“The charge that we are overly data driven () is a really odd one to me, because I can’t work that if you’ve got a system that has 80% of schools being graded ‘Good or better’, how anyone with any mathematical background can say that was overly data driven because you’re going to get over half of schools above an average of whatever score you are looking at and 50% of schools below, if it normalised, so the idea that the inspectors are going there blindly following the data doesn’t seem to fit with that overall picture we have at the moment.” (7:38-8:17)
I want to show that it is entirely reasonable to suggest that Inspectors do follow data; if not blindly, then to an extent which would entirely explain why 80% of schools are judged ‘Good or better’.
Take the suggestion that 80% of schools are graded ‘Good or better’ based purely on the data used to judge them. This can also be stated as ‘20% of schools are graded ‘not Good’ based purely on the data used to judge them’. The hypothesis that, given the methodology used to produce and analyse data, judging around 20% of schools to be ‘not Good’ is entirely reasonable.
What evidence is there which suggests this hypothesis might be reasonable?
If data is used to judge schools, where does the data come from?
The primary source of data for Inspectors is RAISEonline, as outlined in paragraph 4 of the Schools Inspection Handbook.
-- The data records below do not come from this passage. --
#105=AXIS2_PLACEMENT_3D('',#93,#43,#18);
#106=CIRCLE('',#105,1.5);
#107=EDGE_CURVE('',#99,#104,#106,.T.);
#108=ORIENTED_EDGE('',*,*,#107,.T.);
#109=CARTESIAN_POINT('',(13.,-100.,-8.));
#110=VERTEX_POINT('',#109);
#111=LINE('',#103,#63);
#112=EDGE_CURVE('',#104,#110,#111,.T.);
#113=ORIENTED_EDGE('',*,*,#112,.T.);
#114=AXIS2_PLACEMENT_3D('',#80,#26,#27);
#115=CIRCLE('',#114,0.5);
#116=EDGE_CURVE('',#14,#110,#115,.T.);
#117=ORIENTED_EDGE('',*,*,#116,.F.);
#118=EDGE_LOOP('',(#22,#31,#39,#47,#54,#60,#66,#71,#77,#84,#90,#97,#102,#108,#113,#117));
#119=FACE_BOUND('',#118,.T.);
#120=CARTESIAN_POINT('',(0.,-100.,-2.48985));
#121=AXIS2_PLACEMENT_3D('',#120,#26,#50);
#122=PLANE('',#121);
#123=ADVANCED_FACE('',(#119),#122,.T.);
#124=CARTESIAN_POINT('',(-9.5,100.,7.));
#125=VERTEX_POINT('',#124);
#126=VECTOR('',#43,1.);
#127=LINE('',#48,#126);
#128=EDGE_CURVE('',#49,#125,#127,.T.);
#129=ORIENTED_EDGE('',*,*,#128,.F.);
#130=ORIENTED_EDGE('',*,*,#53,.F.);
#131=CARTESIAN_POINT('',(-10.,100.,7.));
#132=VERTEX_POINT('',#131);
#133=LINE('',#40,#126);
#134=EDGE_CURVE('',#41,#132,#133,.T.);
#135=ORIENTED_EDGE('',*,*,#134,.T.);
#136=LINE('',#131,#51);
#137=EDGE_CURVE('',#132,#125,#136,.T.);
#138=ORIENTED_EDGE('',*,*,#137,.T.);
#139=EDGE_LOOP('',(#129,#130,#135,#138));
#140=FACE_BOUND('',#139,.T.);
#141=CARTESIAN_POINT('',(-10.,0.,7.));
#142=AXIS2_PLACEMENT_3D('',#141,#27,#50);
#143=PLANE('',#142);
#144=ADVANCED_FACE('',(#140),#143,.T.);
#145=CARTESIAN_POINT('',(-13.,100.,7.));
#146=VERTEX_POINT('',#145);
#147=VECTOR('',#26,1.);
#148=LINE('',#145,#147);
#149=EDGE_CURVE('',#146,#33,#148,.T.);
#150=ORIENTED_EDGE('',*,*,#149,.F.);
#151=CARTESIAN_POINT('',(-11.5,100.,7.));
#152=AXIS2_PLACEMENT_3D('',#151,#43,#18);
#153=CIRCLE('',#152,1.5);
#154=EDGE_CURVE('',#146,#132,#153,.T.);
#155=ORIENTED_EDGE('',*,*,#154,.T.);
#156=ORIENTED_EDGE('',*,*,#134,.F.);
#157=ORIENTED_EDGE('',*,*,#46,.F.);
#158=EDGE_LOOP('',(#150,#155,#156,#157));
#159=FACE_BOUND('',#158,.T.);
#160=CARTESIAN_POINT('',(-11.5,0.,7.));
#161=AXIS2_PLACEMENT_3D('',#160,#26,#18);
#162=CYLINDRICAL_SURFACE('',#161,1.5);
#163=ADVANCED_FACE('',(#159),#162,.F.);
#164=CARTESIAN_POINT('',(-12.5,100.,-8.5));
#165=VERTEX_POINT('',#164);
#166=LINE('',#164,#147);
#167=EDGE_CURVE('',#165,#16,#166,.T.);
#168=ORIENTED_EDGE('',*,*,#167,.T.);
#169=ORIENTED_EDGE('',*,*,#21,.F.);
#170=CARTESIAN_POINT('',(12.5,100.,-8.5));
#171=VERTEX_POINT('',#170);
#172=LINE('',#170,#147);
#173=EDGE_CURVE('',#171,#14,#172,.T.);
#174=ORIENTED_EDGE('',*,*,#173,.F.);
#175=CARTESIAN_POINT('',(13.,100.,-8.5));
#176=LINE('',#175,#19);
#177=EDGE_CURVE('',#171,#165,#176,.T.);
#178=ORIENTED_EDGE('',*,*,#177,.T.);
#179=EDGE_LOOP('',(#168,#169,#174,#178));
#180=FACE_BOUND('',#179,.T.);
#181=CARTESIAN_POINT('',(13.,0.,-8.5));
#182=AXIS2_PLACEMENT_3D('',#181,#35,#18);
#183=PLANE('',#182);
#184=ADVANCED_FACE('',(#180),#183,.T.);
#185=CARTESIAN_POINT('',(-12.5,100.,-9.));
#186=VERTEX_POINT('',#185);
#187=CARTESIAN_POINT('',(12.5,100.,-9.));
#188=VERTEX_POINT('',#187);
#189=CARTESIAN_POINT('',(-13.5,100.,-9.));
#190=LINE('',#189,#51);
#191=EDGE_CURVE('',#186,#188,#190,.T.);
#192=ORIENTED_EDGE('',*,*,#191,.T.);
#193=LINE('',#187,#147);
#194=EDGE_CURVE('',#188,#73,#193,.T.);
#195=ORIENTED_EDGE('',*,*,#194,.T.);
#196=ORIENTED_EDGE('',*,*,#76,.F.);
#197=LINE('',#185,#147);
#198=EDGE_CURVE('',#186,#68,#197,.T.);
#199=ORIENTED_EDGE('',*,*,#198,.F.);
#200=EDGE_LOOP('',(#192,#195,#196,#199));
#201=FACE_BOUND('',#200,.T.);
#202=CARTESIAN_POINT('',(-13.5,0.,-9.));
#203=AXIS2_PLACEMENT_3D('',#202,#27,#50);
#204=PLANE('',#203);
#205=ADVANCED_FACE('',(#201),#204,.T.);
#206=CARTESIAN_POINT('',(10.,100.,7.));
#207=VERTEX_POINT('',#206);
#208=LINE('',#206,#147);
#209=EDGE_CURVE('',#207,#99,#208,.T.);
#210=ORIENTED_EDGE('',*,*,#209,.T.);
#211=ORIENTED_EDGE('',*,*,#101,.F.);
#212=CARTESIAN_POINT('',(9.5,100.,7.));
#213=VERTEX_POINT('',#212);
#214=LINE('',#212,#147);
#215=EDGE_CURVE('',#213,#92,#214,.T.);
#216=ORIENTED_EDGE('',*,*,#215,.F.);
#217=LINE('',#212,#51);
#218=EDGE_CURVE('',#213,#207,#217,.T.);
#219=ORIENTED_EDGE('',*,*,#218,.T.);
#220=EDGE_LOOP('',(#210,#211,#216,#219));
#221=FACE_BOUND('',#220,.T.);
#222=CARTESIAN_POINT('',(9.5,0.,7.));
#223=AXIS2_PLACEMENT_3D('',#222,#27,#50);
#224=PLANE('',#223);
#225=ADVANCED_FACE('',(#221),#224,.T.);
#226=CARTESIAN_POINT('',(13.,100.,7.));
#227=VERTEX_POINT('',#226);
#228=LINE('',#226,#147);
RAISEonline doesn’t simply divide schools into ‘above average’ and ‘below average’. If this were the case, Sean would be correct, and this would clearly mean that 50% of schools were ‘good’ and 50% were ‘not Good’. This isn’t what RAISEonline does.
Instead, RAISEonline uses simple comparisons between the test scores allocated to pupils in a given school and the test scores of students nationally, and uses a 95% confidence interval to indicate those results which do not appear to be as a result of chance.
In plain English, the difference between a school’s scores and national scores could be from a wide range of differences. If a score is outside of 95% of expected scores based on the national distribution of scores, it is held to be significant.
An Inspector is directed to consider these significant differences as either ‘Sig+’ (much better than expected) or ‘Sig-‘ (much worse than expected). RAISEonline documentation states that ‘Significance is a statistical term that shows if a difference or relationship exists between populations or samples of data’. This isn’t correct, as I discussed here, but it’s what Inspectors are told.
A ‘Sig-‘ indication therefore leaves the impression that a particular test score is ‘not good’, rather than that ‘it is unusual’.
So could RAISEonline suggest 20% of schools are ‘not Good’?
Given the blunt comparison of school test scores and national test scores, ‘Sig-‘ appears next to ‘a difference between populations (and) samples of data’. So a particular test score – “Key Stage 1 to Key Stage 2 fine grades value added: performance of groups within school - pupil characteristics, Children in receipt of Free School Meals”, to take a typical measure in RAISEonline – could be highly unusual and be indicated as ‘Sig-‘. There could be any number of reasons for this, but the clear impression that it is ‘not Good’.
There are hundreds of numbers in each RAISEonline report which have the potential to be marked as ‘Sig-‘. This increases the number of RAISEonline reports which have a noticeable number of categories marked as ‘Sig-‘, and raises the number of schools which – according to a non-expert reading of RAISEonline – ‘not Good’.
My suggestion is that it is entirely reasonable to suggest that, given the methodology used to produce and analyse data, that around 20% of schools are judged to be ‘not Good’ based on data.
How could you check if this was the case?
RAISEonline reports are not available for analysis by the general public. Ofsted has access to them, however, and could undertake an analysis of school inspection reports and RAISEonline reports to test the hypothesis outlined above. I would expect to find a significant correlation between Achievement of Pupils grades and numbers of ‘Sig-‘ indictors in RAISEonline, which would be entirely consistent with Ofsted’s judgement that 20% of schools to be ‘not Good’.